*** Begin section ***

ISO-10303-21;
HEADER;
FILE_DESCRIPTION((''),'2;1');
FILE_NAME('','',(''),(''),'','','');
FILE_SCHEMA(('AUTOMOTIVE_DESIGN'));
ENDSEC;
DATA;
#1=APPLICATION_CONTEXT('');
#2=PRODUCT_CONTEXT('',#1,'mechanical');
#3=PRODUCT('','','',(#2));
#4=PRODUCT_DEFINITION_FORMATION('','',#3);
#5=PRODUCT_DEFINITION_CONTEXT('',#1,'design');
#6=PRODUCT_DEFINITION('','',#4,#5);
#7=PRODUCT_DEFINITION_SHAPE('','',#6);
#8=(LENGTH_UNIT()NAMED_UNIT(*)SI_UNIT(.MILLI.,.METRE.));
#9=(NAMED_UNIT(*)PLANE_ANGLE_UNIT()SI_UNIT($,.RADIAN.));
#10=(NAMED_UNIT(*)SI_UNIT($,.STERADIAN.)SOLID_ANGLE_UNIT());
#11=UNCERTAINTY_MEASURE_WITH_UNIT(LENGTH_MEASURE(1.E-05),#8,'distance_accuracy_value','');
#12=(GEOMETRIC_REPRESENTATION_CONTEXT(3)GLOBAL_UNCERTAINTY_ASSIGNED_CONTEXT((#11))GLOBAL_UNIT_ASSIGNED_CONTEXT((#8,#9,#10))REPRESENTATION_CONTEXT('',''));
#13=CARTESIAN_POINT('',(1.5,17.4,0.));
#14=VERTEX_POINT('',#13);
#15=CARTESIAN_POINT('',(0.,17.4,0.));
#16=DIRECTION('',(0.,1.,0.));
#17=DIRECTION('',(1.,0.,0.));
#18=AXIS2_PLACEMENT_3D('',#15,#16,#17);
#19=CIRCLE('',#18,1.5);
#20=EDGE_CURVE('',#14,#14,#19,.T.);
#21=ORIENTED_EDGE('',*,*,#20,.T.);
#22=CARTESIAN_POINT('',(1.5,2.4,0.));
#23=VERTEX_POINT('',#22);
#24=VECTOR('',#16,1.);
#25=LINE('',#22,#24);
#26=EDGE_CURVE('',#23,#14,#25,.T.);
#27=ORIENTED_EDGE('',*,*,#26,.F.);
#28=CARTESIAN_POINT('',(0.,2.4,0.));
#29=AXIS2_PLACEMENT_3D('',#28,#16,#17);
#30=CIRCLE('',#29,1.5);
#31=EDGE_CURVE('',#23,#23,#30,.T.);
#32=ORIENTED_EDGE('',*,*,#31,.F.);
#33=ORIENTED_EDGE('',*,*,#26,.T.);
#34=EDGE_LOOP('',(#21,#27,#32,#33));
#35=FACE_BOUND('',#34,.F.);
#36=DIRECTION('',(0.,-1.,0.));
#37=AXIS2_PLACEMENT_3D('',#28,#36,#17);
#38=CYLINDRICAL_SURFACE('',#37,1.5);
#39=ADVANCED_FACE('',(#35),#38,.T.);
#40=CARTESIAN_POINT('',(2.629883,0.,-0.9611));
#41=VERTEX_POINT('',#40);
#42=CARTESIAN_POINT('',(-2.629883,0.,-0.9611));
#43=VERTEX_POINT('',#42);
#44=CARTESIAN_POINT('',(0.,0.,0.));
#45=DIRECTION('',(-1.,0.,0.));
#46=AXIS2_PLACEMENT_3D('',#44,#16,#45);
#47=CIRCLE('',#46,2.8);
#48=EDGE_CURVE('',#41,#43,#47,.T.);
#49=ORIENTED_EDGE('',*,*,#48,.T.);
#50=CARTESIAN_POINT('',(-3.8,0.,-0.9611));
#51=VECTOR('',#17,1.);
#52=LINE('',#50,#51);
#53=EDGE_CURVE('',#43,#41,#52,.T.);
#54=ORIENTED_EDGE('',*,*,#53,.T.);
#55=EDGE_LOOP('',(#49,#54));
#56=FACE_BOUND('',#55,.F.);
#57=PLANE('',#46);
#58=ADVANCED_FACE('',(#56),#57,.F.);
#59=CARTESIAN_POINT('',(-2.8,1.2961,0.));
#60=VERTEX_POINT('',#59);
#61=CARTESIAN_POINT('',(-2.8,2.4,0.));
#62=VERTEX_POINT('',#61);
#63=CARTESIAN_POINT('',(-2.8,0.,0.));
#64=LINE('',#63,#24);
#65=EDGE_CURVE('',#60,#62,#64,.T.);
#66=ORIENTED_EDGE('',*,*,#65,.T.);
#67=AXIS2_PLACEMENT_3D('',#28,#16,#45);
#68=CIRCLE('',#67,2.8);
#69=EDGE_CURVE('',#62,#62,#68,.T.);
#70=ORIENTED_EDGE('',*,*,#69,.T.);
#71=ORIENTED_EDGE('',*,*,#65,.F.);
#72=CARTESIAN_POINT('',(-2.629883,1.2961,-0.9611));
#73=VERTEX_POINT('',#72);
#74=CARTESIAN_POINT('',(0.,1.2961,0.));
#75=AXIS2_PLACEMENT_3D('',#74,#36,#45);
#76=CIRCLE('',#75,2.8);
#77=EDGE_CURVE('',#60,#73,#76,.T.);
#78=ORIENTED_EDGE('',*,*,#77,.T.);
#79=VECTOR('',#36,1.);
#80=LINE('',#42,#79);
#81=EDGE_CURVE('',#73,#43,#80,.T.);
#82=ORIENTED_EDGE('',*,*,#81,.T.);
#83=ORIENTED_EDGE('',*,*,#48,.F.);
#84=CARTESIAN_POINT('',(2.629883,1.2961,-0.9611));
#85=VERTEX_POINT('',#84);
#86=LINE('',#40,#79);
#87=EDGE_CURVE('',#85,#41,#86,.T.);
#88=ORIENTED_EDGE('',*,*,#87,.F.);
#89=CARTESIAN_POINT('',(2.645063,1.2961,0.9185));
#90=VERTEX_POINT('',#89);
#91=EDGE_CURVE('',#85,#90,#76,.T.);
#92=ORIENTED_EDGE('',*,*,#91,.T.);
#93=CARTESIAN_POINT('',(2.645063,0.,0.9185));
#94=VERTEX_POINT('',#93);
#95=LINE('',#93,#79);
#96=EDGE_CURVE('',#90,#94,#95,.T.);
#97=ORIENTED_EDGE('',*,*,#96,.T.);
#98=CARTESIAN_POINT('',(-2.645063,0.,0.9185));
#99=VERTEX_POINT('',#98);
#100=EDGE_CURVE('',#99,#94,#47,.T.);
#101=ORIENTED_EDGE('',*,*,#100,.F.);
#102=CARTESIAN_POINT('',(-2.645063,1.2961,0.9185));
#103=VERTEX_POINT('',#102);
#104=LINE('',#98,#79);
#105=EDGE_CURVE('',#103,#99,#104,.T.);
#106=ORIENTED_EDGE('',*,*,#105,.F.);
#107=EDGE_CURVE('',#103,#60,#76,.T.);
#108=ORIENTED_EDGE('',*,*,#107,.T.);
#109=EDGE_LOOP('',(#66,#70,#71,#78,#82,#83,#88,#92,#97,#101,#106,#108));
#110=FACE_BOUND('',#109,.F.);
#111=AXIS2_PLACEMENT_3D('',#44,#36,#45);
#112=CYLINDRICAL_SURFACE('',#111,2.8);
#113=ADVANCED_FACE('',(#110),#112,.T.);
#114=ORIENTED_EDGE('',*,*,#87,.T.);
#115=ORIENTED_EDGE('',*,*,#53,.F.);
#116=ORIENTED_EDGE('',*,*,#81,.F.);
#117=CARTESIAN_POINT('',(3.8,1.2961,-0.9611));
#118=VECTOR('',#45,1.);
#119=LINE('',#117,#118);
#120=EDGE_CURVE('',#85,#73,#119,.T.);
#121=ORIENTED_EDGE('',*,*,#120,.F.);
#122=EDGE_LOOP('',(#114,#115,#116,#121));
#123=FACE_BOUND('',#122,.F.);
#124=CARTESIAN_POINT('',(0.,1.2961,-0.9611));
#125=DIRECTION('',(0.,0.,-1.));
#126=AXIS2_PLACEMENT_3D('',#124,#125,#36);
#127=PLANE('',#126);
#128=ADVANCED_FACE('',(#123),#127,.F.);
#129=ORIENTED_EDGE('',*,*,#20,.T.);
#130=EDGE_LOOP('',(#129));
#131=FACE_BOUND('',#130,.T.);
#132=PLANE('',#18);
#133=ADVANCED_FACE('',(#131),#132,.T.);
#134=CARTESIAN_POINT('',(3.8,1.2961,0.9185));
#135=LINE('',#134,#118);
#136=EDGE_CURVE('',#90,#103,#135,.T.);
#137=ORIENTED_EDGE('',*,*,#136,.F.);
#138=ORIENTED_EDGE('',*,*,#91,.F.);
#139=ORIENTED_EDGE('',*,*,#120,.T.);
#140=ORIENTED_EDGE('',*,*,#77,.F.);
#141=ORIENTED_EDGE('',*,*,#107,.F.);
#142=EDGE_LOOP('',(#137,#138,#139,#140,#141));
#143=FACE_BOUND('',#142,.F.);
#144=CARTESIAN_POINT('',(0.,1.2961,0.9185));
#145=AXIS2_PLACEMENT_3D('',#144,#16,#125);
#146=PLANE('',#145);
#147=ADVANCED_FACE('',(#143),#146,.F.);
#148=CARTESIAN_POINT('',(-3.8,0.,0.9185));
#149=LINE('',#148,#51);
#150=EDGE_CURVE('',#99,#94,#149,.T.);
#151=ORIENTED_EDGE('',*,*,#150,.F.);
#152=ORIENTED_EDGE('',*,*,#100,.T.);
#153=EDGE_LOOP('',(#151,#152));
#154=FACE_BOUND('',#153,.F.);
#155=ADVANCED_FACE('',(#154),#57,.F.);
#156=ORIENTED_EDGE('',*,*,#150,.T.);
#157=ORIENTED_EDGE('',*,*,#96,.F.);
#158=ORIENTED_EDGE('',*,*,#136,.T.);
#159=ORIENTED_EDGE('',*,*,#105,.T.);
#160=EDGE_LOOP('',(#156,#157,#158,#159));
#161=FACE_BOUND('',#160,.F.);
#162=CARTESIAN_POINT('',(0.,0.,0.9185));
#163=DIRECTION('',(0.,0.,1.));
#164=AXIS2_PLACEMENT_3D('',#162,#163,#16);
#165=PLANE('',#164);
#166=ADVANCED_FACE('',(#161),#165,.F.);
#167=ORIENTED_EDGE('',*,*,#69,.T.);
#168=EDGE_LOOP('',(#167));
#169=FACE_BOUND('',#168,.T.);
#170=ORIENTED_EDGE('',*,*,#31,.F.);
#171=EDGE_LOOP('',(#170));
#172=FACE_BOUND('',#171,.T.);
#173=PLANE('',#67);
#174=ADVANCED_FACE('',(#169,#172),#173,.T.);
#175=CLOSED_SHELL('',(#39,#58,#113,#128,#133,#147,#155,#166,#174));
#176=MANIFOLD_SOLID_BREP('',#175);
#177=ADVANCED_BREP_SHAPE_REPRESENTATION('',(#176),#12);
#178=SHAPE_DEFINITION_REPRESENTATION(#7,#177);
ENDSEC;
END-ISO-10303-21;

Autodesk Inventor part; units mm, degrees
ref_plane "YZ Plane" through (0, 0, 0) normal (1, 0, 0) x (0, 1, 0)
ref_plane "XZ Plane" through (0, 0, 0) normal (0, 1, 0) x (-1, 0, 0)
ref_plane "XY Plane" through (0, 0, 0) normal (0, 0, 1) x (1, 0, 0)
sketch "Esboço1" plane through (0, 0, 0) normal (0, 1, 0) x (-1, 0, 0)
  circle A0 centre (0, 0) radius 2.8
  dimension "d0" = 5.6
extrude "Extrusão1" add sketch "Esboço1" along normal blind 2.4
sketch "Esboço2" plane through (0, 0, 0) normal (1, 0, 0) x (0, 1, 0)
  line L0 (0, 0.9185) -> (1.2961, 0.9185)
  line L1 (1.2961, 0.9185) -> (1.2961, -0.9611)
  line L2 (1.2961, -0.9611) -> (0, -0.9611)
  line L3 (0, -0.9611) -> (0, 0.9185)
  point P0 (0, 0)
extrude "Extrusão2" cut sketch "Esboço2" along normal through all both and the other way through all
sketch "Esboço3" plane through (0, 2.4, 0) normal (0, 1, 0) x (1, 0, 0)
  circle A0 centre (0, 0) radius 2.8 projected
  circle A1 centre (0, 0) radius 1.5
  dimension "d5" = 3
extrude "Extrusão3" add sketch "Esboço3" along normal blind 15 contours A1
thread "Rosca1" size "M3x0.5" class "6g" standard "ANSI Metric M Profile" full length
properties part number "AA-Parafuso-M3-30"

*** End section ***

● **Aim of the task**: Write out only the lines that run from the line containing "#50=CARTESIAN_POINT('',(-3.8,0.,-0.9611));" through the line containing "#84=CARTESIAN_POINT('',(2.629883,1.2961,-0.9611));", both included, exactly as they appear above.

● **Expected answer**:
#50=CARTESIAN_POINT('',(-3.8,0.,-0.9611));
#51=VECTOR('',#17,1.);
#52=LINE('',#50,#51);
#53=EDGE_CURVE('',#43,#41,#52,.T.);
#54=ORIENTED_EDGE('',*,*,#53,.T.);
#55=EDGE_LOOP('',(#49,#54));
#56=FACE_BOUND('',#55,.F.);
#57=PLANE('',#46);
#58=ADVANCED_FACE('',(#56),#57,.F.);
#59=CARTESIAN_POINT('',(-2.8,1.2961,0.));
#60=VERTEX_POINT('',#59);
#61=CARTESIAN_POINT('',(-2.8,2.4,0.));
#62=VERTEX_POINT('',#61);
#63=CARTESIAN_POINT('',(-2.8,0.,0.));
#64=LINE('',#63,#24);
#65=EDGE_CURVE('',#60,#62,#64,.T.);
#66=ORIENTED_EDGE('',*,*,#65,.T.);
#67=AXIS2_PLACEMENT_3D('',#28,#16,#45);
#68=CIRCLE('',#67,2.8);
#69=EDGE_CURVE('',#62,#62,#68,.T.);
#70=ORIENTED_EDGE('',*,*,#69,.T.);
#71=ORIENTED_EDGE('',*,*,#65,.F.);
#72=CARTESIAN_POINT('',(-2.629883,1.2961,-0.9611));
#73=VERTEX_POINT('',#72);
#74=CARTESIAN_POINT('',(0.,1.2961,0.));
#75=AXIS2_PLACEMENT_3D('',#74,#36,#45);
#76=CIRCLE('',#75,2.8);
#77=EDGE_CURVE('',#60,#73,#76,.T.);
#78=ORIENTED_EDGE('',*,*,#77,.T.);
#79=VECTOR('',#36,1.);
#80=LINE('',#42,#79);
#81=EDGE_CURVE('',#73,#43,#80,.T.);
#82=ORIENTED_EDGE('',*,*,#81,.T.);
#83=ORIENTED_EDGE('',*,*,#48,.F.);
#84=CARTESIAN_POINT('',(2.629883,1.2961,-0.9611));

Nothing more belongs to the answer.